Funding: The research was supported by grant P30 AG049638 and award R01 AG055122 from the National Institute on Aging, Department of Defense grant W81XWH-18-1-0118, National Center for Advancing Translational Sciences grant UL1 TR001420 and a grant from the Hartman Family Foundation.
Modified Mediterranean-ketogenic diet modulates gut microbiome and short-chain fatty acids in association with Alzheimer’s disease markers in subjects with mild cognitive impairment
Background Alzheimer’s disease (AD) prevalence is increasing, but its etiology remains elusive. Gut microbes can contribute to AD pathology and may help identifying novel markers and therapies against AD. Herein, we examine how the gut microbiome differs in older adults with mild cognitive impairment compared to cognitively normal counterparts, and whether and how a modified Mediterranean-ketogenic diet (MMKD) alters the gut microbiome signature in association with cerebrospinal fluid (CSF) AD biomarkers.
Methods A randomized, double-blind, cross-over, single-center pilot study of MMKD versus American Heart Association Diet (AHAD) intervention is performed on 17 subjects (age: 64.6 ± 6.4 yr), of which 11 have mild cognitive impairment, while 6 are cognitively normal.

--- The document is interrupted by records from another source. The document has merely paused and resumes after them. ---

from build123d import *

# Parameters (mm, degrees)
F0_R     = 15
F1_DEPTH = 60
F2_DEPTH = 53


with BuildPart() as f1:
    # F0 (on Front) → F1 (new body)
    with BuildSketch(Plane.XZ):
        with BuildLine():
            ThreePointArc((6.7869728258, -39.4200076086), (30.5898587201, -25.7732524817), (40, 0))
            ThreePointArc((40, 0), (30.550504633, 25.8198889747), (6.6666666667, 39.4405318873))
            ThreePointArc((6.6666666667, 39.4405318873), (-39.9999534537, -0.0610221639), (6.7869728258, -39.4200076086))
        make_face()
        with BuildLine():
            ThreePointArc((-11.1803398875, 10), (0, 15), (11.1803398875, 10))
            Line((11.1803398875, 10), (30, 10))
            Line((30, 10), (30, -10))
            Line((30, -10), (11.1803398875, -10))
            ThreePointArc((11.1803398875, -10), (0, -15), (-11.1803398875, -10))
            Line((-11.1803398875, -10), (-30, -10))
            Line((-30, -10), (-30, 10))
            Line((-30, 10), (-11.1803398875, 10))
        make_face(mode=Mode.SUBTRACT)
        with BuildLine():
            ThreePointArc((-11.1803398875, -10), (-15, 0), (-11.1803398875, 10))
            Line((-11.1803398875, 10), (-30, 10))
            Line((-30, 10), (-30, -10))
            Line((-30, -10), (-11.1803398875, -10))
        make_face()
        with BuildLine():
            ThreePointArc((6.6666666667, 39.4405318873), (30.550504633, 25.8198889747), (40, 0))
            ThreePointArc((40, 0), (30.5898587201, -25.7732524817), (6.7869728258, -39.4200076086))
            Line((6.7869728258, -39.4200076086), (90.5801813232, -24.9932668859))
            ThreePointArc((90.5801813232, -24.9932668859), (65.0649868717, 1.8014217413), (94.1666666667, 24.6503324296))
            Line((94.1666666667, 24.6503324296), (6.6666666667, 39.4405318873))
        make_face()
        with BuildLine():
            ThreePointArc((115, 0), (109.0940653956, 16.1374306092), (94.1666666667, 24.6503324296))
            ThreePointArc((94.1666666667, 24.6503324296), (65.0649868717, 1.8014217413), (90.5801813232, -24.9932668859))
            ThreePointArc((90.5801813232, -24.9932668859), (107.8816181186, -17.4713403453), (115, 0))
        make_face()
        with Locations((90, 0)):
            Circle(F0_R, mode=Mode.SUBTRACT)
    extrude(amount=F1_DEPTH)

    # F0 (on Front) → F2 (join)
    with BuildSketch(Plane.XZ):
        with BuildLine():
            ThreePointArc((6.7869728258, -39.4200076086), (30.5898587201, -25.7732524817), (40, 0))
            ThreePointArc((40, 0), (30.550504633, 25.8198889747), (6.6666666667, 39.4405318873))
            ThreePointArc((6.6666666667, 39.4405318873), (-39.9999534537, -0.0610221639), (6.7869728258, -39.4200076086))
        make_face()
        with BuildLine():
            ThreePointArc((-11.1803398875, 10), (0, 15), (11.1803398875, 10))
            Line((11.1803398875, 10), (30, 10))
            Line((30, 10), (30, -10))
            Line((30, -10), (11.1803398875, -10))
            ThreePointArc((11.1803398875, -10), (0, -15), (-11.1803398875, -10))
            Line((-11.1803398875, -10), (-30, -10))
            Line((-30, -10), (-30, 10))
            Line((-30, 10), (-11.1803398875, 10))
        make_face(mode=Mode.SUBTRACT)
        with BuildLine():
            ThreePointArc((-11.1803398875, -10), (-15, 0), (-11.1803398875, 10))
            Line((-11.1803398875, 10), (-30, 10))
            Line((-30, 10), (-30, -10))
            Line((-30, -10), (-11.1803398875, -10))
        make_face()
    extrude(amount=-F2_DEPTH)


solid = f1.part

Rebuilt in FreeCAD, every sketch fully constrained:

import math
import FreeCAD as App
import Part
import Sketcher
from FreeCAD import Vector
Q = App.Units.Quantity

doc = App.newDocument("Part")
body = doc.addObject("PartDesign::Body", "Body")

sketch1 = body.newObject("Sketcher::SketchObject", "Sketch")
sketch1.AttachmentSupport = (doc.getObject("XZ_Plane"), [""])
sketch1.MapMode = "FlatFace"
sketch1.addGeometry(Part.ArcOfCircle(Part.Circle(Vector(0, 0, 0), Vector(0, 0, 1), 40), math.radians(80), math.radians(280)), False)
sketch1.addGeometry(Part.LineSegment(Vector(7, -39, 0), Vector(91, -25, 0)), False)
sketch1.addGeometry(Part.ArcOfCircle(Part.Circle(Vector(90, 0, 0), Vector(0, 0, 1), 25), math.radians(-89), math.radians(0)), False)
sketch1.addGeometry(Part.ArcOfCircle(Part.Circle(Vector(90, 0, 0), Vector(0, 0, 1), 25), math.radians(0), math.radians(80)), False)
sketch1.addGeometry(Part.LineSegment(Vector(94, 25, 0), Vector(7, 39, 0)), False)
sketch1.addGeometry(Part.Circle(Vector(90, 0, 0), Vector(0, 0, 1), 15), False)
sketch1.addGeometry(Part.ArcOfCircle(Part.Circle(Vector(0, 0, 0), Vector(0, 0, 1), 15), math.radians(42), math.radians(318)), False)
sketch1.addGeometry(Part.LineSegment(Vector(11, 10, 0), Vector(30, 10, 0)), False)
sketch1.addGeometry(Part.LineSegment(Vector(30, 10, 0), Vector(30, -10, 0)), False)
sketch1.addGeometry(Part.LineSegment(Vector(30, -10, 0), Vector(11, -10, 0)), False)
sketch1.addConstraint(Sketcher.Constraint("Tangent", 0, 2, 1, 1))
sketch1.addConstraint(Sketcher.Constraint("Coincident", 1, 2, 2, 1))
sketch1.addConstraint(Sketcher.Constraint("Tangent", 2, 2, 3, 1))
sketch1.addConstraint(Sketcher.Constraint("Tangent", 3, 2, 4, 1))
sketch1.addConstraint(Sketcher.Constraint("Tangent", 4, 2, 0, 1))
sketch1.addConstraint(Sketcher.Constraint("Coincident", 6, 1, 7, 1))
sketch1.addConstraint(Sketcher.Constraint("Coincident", 7, 2, 8, 1))
sketch1.addConstraint(Sketcher.Constraint("Coincident", 8, 2, 9, 1))
sketch1.addConstraint(Sketcher.Constraint("Coincident", 9, 2, 6, 2))
sketch1.addConstraint(Sketcher.Constraint("Horizontal", 7))
sketch1.addConstraint(Sketcher.Constraint("Vertical", 8))
sketch1.addConstraint(Sketcher.Constraint("Horizontal", 9))
sketch1.addConstraint(Sketcher.Constraint("Coincident", 0, 3, -1, 1))
sketch1.addConstraint(Sketcher.Constraint("Coincident", 6, 3, -1, 1))
sketch1.addConstraint(Sketcher.Constraint("Coincident", 5, 3, 2, 3))
sketch1.addConstraint(Sketcher.Constraint("Equal", 2, 3))
sketch1.addConstraint(Sketcher.Constraint("Equal", 5, 6))
sketch1.addConstraint(Sketcher.Constraint("PointOnObject", 2, 3, -1))
sketch1.addConstraint(Sketcher.Constraint("PointOnObject", 2, 2, -1))
sketch1.addConstraint(Sketcher.Constraint("Vertical", 6, 1, 9, 2))
sketch1.addConstraint(Sketcher.Constraint("Diameter", 5, Q("30 mm")))
sketch1.addConstraint(Sketcher.Constraint("Radius", 0, Q("40 mm")))
sketch1.addConstraint(Sketcher.Constraint("Radius", 2, Q("25 mm")))
sketch1.addConstraint(Sketcher.Constraint("DistanceY", 8, 2, 8, 1, Q("20 mm")))
sketch1.addConstraint(Sketcher.Constraint("DistanceX", -1, 1, 2, 3, Q("90 mm")))
sketch1.addConstraint(Sketcher.Constraint("DistanceX", -1, 1, 7, 2, Q("30 mm")))
sketch1.addConstraint(Sketcher.Constraint("DistanceY", 1, 2, 3, 2, Q("49.643599 mm")))
pad1 = body.newObject("PartDesign::Pad", "Pad")
pad1.Profile = sketch1
pad1.Length = 60

sketch2 = body.newObject("Sketcher::SketchObject", "Sketch001")
sketch2.AttachmentSupport = (doc.getObject("XZ_Plane"), [""])
sketch2.MapMode = "FlatFace"
sketch2.addGeometry(Part.ArcOfCircle(Part.Circle(Vector(0, 0, 0), Vector(0, 0, 1), 40), math.radians(-80), math.radians(0)), False)
sketch2.addGeometry(Part.ArcOfCircle(Part.Circle(Vector(0, 0, 0), Vector(0, 0, 1), 40), math.radians(0), math.radians(280)), False)
sketch2.addGeometry(Part.ArcOfCircle(Part.Circle(Vector(0, 0, 0), Vector(0, 0, 1), 15), math.radians(42), math.radians(318)), False)
sketch2.addGeometry(Part.LineSegment(Vector(11, 10, 0), Vector(30, 10, 0)), False)
sketch2.addGeometry(Part.LineSegment(Vector(30, 10, 0), Vector(30, -10, 0)), False)
sketch2.addGeometry(Part.LineSegment(Vector(30, -10, 0), Vector(11, -10, 0)), False)
sketch2.addConstraint(Sketcher.Constraint("Tangent", 0, 1, 1, 2))
sketch2.addConstraint(Sketcher.Constraint("Coincident", 1, 1, 0, 2))
sketch2.addConstraint(Sketcher.Constraint("Coincident", 2, 1, 3, 1))
sketch2.addConstraint(Sketcher.Constraint("Coincident", 3, 2, 4, 1))
sketch2.addConstraint(Sketcher.Constraint("Coincident", 4, 2, 5, 1))
sketch2.addConstraint(Sketcher.Constraint("Coincident", 5, 2, 2, 2))
sketch2.addConstraint(Sketcher.Constraint("Horizontal", 3))
sketch2.addConstraint(Sketcher.Constraint("Vertical", 4))
sketch2.addConstraint(Sketcher.Constraint("Horizontal", 5))
sketch2.addConstraint(Sketcher.Constraint("Coincident", 0, 3, -1, 1))
sketch2.addConstraint(Sketcher.Constraint("Coincident", 2, 3, -1, 1))
sketch2.addConstraint(Sketcher.Constraint("PointOnObject", 1, 1, -1))
sketch2.addConstraint(Sketcher.Constraint("Vertical", 2, 1, 5, 2))
sketch2.addConstraint(Sketcher.Constraint("Radius", 0, Q("40 mm")))
sketch2.addConstraint(Sketcher.Constraint("Radius", 2, Q("15 mm")))
sketch2.addConstraint(Sketcher.Constraint("DistanceY", 4, 2, 4, 1, Q("20 mm")))
sketch2.addConstraint(Sketcher.Constraint("DistanceX", -1, 1, 3, 2, Q("30 mm")))
sketch2.addConstraint(Sketcher.Constraint("DistanceX", -1, 1, 0, 1, Q("6.786973 mm")))
pad2 = body.newObject("PartDesign::Pad", "Pad001")
pad2.Profile = sketch2
pad2.Length = 53
pad2.Reversed = True

doc.recompute()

Subjects undergo MMKD and AHAD intervention for 6-weeks separated by 6-weeks washout periods. Gut microbiome, fecal short-chain fatty acids (SCFAs), and markers of AD in CSF including amyloid β (Aβ)-40 and Aß-42, total tau, and phosphorylated tau-181 (tau-p181) are measured at before and after diet interventions.
Findings At baseline, subjects with normal vs. impaired cognition show no notable difference in microbiome diversity but several unique microbial signatures are detected in subjects with mild cognitive impairment. Proteobacteria correlate positively with Aβ-42: Aβ-40 while fecal propionate and butyrate correlates negatively with Aβ-42 in subjects with mild cognitive impairment. Several bacteria are differently affected by the two diets with distinct patterns between cognitively normal and impaired subjects. Notably, the abundance of Enterobacteriaceae, Akkermansia, Slackia, Christensenellaceae and Erysipelotriaceae increases while that of Bifidobacterium and Lachnobacterium reduces on MMKD, while AHAD increases Mollicutes. MMKD slightly reduces fecal lactate and acetate while increasing propionate and butyrate. Conversely, AHAD increases acetate and propionate while reducing butyrate.
Interpretation The data suggest that specific gut microbial signatures may depict the mild cognitive impairment and that the MMKD can modulate the gut microbiome and metabolites in association with improved AD biomarkers in CSF.